[[ Data, beginning ]]

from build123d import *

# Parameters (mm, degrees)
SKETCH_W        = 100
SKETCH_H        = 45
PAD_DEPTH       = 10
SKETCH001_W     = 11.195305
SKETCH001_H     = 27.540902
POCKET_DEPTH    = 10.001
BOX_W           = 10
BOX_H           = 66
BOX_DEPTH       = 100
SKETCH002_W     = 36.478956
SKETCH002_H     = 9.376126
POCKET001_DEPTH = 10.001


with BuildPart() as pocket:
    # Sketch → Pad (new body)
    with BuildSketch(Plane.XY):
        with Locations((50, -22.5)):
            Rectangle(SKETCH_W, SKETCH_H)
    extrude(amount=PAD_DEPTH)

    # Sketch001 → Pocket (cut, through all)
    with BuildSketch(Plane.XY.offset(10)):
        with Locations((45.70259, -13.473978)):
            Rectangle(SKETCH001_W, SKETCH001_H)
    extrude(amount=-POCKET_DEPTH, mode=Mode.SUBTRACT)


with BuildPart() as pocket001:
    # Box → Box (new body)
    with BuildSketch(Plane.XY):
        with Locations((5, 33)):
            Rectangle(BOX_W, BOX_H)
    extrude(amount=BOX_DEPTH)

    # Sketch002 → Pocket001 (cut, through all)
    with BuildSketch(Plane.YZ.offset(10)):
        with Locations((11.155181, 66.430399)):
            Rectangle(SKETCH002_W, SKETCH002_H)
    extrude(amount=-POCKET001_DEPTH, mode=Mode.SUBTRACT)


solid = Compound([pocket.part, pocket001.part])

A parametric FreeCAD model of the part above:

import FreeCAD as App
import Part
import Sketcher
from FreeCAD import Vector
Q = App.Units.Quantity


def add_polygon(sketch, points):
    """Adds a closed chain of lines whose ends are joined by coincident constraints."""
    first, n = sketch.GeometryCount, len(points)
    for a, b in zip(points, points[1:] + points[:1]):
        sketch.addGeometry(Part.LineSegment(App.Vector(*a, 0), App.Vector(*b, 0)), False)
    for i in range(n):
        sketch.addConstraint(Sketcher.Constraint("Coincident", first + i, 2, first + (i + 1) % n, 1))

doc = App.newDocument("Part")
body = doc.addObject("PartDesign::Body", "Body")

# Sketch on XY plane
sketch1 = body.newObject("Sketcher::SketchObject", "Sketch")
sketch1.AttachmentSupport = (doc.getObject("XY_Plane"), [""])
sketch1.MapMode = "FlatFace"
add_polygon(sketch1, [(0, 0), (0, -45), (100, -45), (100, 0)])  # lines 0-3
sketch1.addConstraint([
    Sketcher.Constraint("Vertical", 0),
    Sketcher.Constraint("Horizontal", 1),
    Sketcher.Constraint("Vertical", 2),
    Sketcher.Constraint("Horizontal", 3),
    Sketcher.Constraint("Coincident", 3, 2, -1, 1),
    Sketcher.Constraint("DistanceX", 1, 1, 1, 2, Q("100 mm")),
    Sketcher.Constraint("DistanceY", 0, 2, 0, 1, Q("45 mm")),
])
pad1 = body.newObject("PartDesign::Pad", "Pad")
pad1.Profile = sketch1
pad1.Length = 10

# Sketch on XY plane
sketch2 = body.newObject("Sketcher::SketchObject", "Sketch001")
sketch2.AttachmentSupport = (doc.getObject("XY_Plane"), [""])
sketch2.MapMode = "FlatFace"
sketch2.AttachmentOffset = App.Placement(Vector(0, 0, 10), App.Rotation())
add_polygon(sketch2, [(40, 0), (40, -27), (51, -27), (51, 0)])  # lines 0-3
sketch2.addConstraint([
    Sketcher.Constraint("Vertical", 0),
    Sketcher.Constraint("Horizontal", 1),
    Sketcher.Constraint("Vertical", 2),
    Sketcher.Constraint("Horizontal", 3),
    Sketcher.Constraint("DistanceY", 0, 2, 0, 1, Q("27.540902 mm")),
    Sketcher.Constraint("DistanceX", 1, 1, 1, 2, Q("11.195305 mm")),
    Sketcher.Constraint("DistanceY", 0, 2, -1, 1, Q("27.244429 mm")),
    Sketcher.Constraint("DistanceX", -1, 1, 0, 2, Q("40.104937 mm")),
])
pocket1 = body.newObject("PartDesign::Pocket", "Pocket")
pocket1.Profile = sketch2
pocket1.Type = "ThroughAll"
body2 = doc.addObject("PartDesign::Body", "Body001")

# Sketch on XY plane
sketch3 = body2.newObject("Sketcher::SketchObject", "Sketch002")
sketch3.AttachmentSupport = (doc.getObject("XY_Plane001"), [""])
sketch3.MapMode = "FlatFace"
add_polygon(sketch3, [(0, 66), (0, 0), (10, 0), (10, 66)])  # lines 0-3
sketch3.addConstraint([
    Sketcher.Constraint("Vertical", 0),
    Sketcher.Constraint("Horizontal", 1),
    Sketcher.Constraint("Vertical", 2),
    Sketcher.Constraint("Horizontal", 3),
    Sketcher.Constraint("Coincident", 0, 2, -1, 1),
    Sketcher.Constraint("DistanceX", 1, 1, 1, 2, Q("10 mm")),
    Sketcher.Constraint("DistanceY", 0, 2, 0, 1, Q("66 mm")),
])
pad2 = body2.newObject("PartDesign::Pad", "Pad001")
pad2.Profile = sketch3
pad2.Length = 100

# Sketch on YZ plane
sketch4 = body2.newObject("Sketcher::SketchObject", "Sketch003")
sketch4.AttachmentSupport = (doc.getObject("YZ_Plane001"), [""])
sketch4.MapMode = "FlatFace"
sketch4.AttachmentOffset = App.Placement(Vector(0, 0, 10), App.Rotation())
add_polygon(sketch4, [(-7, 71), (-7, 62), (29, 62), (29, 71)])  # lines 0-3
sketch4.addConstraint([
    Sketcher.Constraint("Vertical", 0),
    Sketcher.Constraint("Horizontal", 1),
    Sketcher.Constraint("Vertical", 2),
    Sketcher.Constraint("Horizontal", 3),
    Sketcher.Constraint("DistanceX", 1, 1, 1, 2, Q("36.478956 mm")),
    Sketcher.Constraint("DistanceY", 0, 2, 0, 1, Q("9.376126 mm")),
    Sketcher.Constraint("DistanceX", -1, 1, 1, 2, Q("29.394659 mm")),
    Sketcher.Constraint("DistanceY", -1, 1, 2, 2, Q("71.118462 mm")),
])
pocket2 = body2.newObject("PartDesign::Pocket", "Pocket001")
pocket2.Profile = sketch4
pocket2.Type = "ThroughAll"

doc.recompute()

[[ Data, end ]]
[[ Data, beginning ]]

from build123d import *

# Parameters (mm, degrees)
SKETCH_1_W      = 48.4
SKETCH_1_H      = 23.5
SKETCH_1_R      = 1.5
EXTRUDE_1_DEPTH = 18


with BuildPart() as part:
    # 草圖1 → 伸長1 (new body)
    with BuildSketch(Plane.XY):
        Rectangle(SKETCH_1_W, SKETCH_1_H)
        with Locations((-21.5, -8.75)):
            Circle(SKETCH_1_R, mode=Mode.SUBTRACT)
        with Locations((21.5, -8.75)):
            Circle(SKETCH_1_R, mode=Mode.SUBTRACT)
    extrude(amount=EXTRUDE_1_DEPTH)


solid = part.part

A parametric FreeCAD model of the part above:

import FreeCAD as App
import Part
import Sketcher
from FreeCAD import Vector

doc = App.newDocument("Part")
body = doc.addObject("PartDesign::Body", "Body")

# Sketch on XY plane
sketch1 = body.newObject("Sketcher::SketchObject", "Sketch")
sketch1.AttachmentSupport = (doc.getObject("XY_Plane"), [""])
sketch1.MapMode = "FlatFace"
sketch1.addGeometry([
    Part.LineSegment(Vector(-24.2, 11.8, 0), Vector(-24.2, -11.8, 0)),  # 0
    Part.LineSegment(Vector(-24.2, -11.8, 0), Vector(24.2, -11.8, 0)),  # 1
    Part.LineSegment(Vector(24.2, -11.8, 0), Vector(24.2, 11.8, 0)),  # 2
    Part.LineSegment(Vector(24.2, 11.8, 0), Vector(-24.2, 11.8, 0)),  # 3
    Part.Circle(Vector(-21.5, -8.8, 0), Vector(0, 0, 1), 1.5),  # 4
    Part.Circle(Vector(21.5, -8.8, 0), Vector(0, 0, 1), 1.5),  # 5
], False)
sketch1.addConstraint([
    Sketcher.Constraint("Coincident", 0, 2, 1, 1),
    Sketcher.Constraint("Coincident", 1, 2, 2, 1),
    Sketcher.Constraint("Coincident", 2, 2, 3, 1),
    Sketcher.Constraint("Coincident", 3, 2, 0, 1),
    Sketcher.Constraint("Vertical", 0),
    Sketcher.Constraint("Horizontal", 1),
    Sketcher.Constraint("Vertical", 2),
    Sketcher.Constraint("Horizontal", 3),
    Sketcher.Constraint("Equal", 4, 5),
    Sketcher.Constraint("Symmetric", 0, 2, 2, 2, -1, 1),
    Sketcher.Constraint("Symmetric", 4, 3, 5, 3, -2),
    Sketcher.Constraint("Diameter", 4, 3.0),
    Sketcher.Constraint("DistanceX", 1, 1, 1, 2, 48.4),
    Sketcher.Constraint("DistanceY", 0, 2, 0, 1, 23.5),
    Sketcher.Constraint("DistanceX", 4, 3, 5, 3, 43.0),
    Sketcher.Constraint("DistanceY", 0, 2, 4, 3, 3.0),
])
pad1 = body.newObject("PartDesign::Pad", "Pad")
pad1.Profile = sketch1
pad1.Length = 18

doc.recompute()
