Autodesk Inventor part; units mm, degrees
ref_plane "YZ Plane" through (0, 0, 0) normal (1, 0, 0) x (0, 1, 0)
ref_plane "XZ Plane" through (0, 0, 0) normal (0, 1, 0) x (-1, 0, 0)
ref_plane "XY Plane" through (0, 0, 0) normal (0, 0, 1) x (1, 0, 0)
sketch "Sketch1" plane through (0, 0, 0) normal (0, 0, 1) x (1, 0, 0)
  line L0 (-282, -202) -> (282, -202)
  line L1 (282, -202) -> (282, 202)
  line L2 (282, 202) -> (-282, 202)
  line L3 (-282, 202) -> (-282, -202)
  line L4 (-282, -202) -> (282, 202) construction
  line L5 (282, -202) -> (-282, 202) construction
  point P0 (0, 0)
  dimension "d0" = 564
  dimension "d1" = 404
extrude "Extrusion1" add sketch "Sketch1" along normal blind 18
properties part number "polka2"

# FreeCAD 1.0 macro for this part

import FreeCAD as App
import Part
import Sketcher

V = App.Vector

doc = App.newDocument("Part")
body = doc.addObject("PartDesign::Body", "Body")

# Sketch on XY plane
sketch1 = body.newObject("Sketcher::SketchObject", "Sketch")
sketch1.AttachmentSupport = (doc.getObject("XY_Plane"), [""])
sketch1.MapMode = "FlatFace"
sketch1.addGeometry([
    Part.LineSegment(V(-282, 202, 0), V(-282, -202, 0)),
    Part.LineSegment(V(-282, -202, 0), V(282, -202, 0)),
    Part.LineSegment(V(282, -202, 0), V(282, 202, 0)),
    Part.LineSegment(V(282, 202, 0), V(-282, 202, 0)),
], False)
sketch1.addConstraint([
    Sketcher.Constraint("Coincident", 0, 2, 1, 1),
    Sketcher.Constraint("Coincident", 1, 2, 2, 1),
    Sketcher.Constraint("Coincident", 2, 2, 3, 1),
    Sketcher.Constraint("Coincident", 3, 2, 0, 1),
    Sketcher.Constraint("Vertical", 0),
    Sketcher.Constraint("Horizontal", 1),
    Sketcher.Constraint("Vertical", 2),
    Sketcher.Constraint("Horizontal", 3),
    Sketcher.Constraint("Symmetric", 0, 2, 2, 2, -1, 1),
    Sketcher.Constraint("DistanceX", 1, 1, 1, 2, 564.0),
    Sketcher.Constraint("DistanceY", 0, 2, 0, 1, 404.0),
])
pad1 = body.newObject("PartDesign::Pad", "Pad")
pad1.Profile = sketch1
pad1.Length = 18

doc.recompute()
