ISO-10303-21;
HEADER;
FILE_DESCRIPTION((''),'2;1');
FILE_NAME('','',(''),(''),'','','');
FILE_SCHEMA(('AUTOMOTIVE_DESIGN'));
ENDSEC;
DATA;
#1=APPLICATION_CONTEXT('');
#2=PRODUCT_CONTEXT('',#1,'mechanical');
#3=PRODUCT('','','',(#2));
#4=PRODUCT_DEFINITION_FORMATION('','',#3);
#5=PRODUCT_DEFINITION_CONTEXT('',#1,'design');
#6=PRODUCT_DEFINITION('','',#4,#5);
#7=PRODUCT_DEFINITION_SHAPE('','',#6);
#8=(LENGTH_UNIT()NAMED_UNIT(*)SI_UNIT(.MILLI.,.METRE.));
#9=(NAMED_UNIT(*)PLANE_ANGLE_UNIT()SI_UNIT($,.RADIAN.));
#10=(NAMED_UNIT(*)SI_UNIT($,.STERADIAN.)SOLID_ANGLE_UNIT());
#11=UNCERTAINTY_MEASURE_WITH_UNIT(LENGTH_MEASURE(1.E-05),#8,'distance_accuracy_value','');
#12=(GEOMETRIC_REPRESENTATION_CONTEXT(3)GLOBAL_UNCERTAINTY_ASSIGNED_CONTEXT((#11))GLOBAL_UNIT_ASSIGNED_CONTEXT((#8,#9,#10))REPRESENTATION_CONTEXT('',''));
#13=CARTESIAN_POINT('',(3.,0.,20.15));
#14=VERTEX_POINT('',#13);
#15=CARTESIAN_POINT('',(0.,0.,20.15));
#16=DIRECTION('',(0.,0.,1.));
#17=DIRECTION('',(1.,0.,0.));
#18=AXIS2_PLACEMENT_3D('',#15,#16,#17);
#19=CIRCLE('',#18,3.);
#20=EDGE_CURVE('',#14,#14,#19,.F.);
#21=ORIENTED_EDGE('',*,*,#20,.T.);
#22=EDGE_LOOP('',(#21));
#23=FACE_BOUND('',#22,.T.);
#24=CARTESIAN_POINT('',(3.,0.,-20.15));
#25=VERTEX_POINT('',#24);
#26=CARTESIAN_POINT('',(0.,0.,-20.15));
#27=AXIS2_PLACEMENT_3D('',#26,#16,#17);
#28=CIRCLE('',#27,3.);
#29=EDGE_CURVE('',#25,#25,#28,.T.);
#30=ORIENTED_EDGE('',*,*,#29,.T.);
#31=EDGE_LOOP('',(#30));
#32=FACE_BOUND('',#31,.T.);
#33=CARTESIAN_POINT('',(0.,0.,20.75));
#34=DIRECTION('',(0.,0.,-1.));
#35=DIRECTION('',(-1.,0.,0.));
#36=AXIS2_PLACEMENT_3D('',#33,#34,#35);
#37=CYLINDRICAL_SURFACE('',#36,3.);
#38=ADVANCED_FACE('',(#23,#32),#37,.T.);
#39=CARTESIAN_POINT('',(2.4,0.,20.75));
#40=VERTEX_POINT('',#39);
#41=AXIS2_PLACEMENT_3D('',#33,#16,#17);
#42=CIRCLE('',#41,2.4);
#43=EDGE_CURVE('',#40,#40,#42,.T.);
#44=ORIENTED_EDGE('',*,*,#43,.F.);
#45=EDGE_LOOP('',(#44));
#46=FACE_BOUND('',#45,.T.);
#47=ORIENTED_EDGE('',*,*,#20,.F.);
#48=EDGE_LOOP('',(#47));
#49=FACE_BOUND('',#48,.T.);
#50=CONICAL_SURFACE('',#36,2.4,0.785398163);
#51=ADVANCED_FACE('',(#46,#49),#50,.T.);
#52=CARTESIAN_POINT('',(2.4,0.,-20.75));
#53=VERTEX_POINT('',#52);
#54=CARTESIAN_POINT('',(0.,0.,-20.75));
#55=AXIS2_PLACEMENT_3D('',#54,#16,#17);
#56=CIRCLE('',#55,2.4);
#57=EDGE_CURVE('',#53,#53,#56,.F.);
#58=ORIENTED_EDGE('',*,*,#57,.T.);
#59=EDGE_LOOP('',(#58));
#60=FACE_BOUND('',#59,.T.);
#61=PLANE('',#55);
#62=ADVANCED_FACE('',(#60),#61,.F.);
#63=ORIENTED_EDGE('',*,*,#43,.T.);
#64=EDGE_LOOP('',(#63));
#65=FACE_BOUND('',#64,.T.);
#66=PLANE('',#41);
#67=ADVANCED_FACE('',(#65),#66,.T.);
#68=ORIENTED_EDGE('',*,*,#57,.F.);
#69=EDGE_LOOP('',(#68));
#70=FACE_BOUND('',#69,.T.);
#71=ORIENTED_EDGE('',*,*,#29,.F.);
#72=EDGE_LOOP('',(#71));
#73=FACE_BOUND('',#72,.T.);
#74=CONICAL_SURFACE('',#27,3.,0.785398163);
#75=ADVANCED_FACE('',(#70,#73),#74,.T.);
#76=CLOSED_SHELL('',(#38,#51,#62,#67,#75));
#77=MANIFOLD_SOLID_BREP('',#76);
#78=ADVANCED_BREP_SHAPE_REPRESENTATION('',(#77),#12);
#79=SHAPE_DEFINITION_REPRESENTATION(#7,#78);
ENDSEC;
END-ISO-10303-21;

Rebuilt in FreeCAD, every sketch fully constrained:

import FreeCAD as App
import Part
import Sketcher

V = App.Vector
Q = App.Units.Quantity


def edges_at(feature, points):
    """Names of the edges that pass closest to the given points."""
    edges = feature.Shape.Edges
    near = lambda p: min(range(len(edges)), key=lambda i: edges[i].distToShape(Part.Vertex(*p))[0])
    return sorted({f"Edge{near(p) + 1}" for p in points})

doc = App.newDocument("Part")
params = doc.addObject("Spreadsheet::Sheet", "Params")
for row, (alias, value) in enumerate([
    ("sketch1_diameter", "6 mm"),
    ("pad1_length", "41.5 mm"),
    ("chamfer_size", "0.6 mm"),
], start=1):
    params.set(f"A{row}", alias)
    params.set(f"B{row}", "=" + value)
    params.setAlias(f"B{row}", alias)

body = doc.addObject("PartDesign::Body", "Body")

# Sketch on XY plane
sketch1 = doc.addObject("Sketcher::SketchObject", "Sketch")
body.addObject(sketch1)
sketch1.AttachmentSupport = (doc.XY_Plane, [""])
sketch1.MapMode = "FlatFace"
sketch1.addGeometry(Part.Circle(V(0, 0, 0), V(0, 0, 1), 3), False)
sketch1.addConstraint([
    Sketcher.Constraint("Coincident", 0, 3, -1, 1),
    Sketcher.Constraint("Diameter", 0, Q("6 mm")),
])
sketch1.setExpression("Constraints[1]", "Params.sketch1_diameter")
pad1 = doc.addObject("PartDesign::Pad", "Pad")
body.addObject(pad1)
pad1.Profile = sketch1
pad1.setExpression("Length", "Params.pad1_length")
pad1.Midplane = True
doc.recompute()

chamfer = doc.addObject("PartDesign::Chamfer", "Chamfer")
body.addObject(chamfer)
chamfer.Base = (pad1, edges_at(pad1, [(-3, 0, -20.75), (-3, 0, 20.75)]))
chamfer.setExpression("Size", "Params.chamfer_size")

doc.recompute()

[[ Data, end ]]
[[ Data, beginning ]]

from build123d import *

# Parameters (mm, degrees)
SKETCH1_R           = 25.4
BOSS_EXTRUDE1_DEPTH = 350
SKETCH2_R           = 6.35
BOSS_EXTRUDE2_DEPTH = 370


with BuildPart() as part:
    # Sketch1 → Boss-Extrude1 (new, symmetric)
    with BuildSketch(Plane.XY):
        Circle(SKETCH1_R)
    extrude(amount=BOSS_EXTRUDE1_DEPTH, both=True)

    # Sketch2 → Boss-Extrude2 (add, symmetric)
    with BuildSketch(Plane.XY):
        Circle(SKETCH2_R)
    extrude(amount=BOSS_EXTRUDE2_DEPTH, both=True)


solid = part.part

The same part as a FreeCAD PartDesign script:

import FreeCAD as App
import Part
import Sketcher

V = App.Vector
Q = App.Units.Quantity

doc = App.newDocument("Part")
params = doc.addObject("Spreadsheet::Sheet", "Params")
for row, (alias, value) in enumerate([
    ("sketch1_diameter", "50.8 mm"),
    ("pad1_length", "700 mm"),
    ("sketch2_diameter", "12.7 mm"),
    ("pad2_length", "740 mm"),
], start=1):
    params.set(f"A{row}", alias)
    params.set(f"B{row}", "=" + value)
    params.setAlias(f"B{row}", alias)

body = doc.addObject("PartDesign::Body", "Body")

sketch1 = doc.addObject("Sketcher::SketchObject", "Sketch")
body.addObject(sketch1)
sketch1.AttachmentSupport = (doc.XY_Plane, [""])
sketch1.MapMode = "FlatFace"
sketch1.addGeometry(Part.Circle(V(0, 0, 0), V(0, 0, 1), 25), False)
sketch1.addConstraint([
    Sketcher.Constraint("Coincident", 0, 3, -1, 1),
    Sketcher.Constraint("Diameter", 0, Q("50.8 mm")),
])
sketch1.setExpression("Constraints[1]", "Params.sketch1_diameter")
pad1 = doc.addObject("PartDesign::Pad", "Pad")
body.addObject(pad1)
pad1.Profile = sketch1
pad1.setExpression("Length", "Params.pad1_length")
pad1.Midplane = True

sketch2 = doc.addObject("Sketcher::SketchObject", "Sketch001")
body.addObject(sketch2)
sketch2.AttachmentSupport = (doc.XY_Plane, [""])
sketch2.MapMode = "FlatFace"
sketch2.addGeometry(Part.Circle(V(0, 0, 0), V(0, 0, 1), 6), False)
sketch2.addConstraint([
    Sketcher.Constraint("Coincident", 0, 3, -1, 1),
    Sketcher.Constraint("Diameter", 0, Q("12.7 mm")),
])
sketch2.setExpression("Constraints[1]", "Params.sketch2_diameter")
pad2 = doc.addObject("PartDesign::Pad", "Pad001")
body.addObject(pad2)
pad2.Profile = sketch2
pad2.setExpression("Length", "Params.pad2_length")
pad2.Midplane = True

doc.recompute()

[[ Data, end ]]

**Assigned task:** What are the lines above, starting at the one with "#26=CARTESIAN_POINT('',(0.,0.,-20.15));" and ending at the one with "#39=CARTESIAN_POINT('',(2.4,0.,20.75));"? Give them again exactly, and only them.

**Response for this exercise:**
#26=CARTESIAN_POINT('',(0.,0.,-20.15));
#27=AXIS2_PLACEMENT_3D('',#26,#16,#17);
#28=CIRCLE('',#27,3.);
#29=EDGE_CURVE('',#25,#25,#28,.T.);
#30=ORIENTED_EDGE('',*,*,#29,.T.);
#31=EDGE_LOOP('',(#30));
#32=FACE_BOUND('',#31,.T.);
#33=CARTESIAN_POINT('',(0.,0.,20.75));
#34=DIRECTION('',(0.,0.,-1.));
#35=DIRECTION('',(-1.,0.,0.));
#36=AXIS2_PLACEMENT_3D('',#33,#34,#35);
#37=CYLINDRICAL_SURFACE('',#36,3.);
#38=ADVANCED_FACE('',(#23,#32),#37,.T.);
#39=CARTESIAN_POINT('',(2.4,0.,20.75));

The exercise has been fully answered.